[Saved data entries]
■ ■ ■ ■ ■

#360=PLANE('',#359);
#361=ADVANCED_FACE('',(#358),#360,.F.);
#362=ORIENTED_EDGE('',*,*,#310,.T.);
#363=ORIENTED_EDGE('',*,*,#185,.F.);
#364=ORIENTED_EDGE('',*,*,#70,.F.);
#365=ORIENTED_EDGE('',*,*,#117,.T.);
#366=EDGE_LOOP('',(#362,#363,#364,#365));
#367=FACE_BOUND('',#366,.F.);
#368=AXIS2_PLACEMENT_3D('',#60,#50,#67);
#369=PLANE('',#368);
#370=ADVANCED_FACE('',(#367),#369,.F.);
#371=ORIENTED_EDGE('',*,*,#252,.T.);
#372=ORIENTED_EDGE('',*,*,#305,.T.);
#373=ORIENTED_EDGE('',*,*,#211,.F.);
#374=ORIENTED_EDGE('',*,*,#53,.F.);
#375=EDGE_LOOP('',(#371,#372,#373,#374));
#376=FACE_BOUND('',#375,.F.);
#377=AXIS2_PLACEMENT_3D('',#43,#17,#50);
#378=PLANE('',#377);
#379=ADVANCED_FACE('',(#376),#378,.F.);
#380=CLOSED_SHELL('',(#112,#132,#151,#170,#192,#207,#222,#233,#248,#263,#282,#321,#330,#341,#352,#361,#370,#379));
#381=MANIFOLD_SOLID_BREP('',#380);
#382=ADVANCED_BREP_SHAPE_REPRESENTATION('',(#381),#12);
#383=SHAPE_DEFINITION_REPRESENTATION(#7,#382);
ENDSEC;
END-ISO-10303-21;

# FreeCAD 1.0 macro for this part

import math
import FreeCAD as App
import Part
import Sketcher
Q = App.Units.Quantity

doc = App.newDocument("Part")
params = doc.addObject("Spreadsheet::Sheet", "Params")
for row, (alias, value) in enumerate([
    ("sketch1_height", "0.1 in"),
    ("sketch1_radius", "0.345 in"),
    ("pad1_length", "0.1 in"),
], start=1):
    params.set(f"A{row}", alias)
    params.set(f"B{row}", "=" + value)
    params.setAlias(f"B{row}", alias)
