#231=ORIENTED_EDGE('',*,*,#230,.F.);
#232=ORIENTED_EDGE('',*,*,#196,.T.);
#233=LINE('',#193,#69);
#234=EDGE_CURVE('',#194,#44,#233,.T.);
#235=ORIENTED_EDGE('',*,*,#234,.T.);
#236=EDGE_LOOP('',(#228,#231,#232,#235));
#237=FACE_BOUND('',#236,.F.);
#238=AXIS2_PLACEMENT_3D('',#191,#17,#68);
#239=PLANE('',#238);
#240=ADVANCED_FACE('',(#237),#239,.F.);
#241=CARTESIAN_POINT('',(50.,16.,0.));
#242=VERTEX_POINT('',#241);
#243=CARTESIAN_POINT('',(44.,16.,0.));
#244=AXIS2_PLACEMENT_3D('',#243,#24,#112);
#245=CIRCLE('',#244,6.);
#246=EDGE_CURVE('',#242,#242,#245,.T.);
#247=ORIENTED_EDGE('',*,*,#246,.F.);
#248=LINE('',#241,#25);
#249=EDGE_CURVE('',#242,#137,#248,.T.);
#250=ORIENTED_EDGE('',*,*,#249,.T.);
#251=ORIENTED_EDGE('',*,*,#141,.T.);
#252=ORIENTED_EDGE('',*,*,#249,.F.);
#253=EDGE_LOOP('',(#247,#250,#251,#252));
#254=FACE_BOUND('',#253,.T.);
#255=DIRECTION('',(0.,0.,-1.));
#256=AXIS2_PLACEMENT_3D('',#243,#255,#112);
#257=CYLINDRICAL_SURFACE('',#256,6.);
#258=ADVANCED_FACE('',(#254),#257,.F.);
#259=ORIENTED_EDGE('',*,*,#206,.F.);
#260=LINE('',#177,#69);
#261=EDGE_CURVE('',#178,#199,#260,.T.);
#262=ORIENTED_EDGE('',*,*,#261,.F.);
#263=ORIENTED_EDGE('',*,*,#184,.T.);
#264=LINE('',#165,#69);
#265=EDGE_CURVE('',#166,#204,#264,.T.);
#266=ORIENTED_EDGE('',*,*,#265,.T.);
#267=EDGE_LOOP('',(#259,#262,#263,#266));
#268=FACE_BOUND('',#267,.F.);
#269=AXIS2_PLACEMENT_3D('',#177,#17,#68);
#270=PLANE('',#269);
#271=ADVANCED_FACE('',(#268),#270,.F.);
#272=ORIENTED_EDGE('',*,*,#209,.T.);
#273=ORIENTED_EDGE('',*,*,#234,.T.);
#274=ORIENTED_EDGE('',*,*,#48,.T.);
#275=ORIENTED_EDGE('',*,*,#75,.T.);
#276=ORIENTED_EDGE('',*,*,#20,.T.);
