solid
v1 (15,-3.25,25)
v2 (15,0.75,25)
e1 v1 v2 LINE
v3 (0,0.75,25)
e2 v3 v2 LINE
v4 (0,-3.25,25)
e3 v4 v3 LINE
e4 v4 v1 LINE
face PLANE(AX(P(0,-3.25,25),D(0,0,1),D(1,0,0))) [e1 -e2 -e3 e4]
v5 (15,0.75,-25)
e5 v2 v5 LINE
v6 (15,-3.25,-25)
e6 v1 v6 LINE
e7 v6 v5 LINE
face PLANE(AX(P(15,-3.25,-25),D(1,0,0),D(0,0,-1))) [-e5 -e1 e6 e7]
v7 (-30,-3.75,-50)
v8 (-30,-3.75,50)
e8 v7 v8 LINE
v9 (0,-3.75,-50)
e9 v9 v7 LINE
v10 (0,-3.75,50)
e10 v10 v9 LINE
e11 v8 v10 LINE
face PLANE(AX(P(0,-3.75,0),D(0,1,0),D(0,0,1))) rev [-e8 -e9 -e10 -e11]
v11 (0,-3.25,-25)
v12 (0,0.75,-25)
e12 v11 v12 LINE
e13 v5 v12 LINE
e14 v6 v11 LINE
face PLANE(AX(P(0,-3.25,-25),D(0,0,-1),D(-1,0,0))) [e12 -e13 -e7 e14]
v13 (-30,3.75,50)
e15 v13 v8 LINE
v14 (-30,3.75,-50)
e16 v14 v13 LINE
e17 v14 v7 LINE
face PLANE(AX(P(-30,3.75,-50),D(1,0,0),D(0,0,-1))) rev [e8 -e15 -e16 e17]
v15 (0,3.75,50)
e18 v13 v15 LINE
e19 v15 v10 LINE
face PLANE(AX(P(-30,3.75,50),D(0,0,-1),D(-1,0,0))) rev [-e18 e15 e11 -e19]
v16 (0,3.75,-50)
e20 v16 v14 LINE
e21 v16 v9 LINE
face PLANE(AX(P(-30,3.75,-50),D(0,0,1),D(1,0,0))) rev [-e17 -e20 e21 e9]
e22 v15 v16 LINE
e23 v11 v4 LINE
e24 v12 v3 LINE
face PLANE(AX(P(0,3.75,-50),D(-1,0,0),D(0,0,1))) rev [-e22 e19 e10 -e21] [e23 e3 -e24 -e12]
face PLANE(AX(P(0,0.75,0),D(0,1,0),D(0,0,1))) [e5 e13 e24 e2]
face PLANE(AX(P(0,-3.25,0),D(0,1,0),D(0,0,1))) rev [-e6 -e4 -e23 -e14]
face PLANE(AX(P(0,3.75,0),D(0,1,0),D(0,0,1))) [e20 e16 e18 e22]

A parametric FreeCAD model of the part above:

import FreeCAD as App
import Part
import Sketcher
Q = App.Units.Quantity


def add_polygon(sketch, points):
    """Adds a closed chain of lines whose ends are joined by coincident constraints."""
    first, n = sketch.GeometryCount, len(points)
    for a, b in zip(points, points[1:] + points[:1]):
        sketch.addGeometry(Part.LineSegment(App.Vector(*a, 0), App.Vector(*b, 0)), False)
    for i in range(n):
        sketch.addConstraint(Sketcher.Constraint("Coincident", first + i, 2, first + (i + 1) % n, 1))

doc = App.newDocument("Part")
body = doc.addObject("PartDesign::Body", "Body")

# Sketch on XZ plane
sketch1 = body.newObject("Sketcher::SketchObject", "Sketch")
sketch1.AttachmentSupport = (doc.getObject("XZ_Plane"), [""])
sketch1.MapMode = "FlatFace"
add_polygon(sketch1, [(-30, -50), (-30, 50), (0, 50), (0, -50)])  # lines 0-3
sketch1.addConstraint([
    Sketcher.Constraint("Vertical", 0),
    Sketcher.Constraint("Horizontal", 1),
    Sketcher.Constraint("Vertical", 2),
    Sketcher.Constraint("Horizontal", 3),
    Sketcher.Constraint("Symmetric", 1, 2, 2, 2, -1, 1),
    Sketcher.Constraint("DistanceX", 1, 1, 1, 2, Q("30 mm")),
    Sketcher.Constraint("DistanceY", 0, 1, 0, 2, Q("100 mm")),
])
pad1 = body.newObject("PartDesign::Pad", "Pad")
pad1.Profile = sketch1
pad1.Length = 7.5
pad1.Midplane = True

# Sketch on XZ plane
sketch2 = body.newObject("Sketcher::SketchObject", "Sketch001")
sketch2.AttachmentSupport = (doc.getObject("XZ_Plane"), [""])
sketch2.MapMode = "FlatFace"
sketch2.AttachmentOffset = App.Placement(App.Vector(0, 0, -0.75), App.Rotation())
add_polygon(sketch2, [(0, -25), (0, 25), (15, 25), (15, -25)])  # lines 0-3
sketch2.addConstraint([
    Sketcher.Constraint("Vertical", 0),
    Sketcher.Constraint("Horizontal", 1),
    Sketcher.Constraint("Vertical", 2),
    Sketcher.Constraint("Horizontal", 3),
    Sketcher.Constraint("Symmetric", 0, 2, 3, 2, -1, 1),
    Sketcher.Constraint("DistanceX", 1, 1, 1, 2, Q("15 mm")),
    Sketcher.Constraint("DistanceY", 0, 1, 0, 2, Q("50 mm")),
])
pad2 = body.newObject("PartDesign::Pad", "Pad001")
pad2.Profile = sketch2
pad2.Length = 4

doc.recompute()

■ ■ ■ ■ ■

Taking the entries above, write out exactly each line from the one holding "e22 v15 v16 LINE" to the one holding "A parametric FreeCAD", both included, and stop there.

e22 v15 v16 LINE
e23 v11 v4 LINE
e24 v12 v3 LINE
face PLANE(AX(P(0,3.75,-50),D(-1,0,0),D(0,0,1))) rev [-e22 e19 e10 -e21] [e23 e3 -e24 -e12]
face PLANE(AX(P(0,0.75,0),D(0,1,0),D(0,0,1))) [e5 e13 e24 e2]
face PLANE(AX(P(0,-3.25,0),D(0,1,0),D(0,0,1))) rev [-e6 -e4 -e23 -e14]
face PLANE(AX(P(0,3.75,0),D(0,1,0),D(0,0,1))) [e20 e16 e18 e22]

A parametric FreeCAD model of the part above:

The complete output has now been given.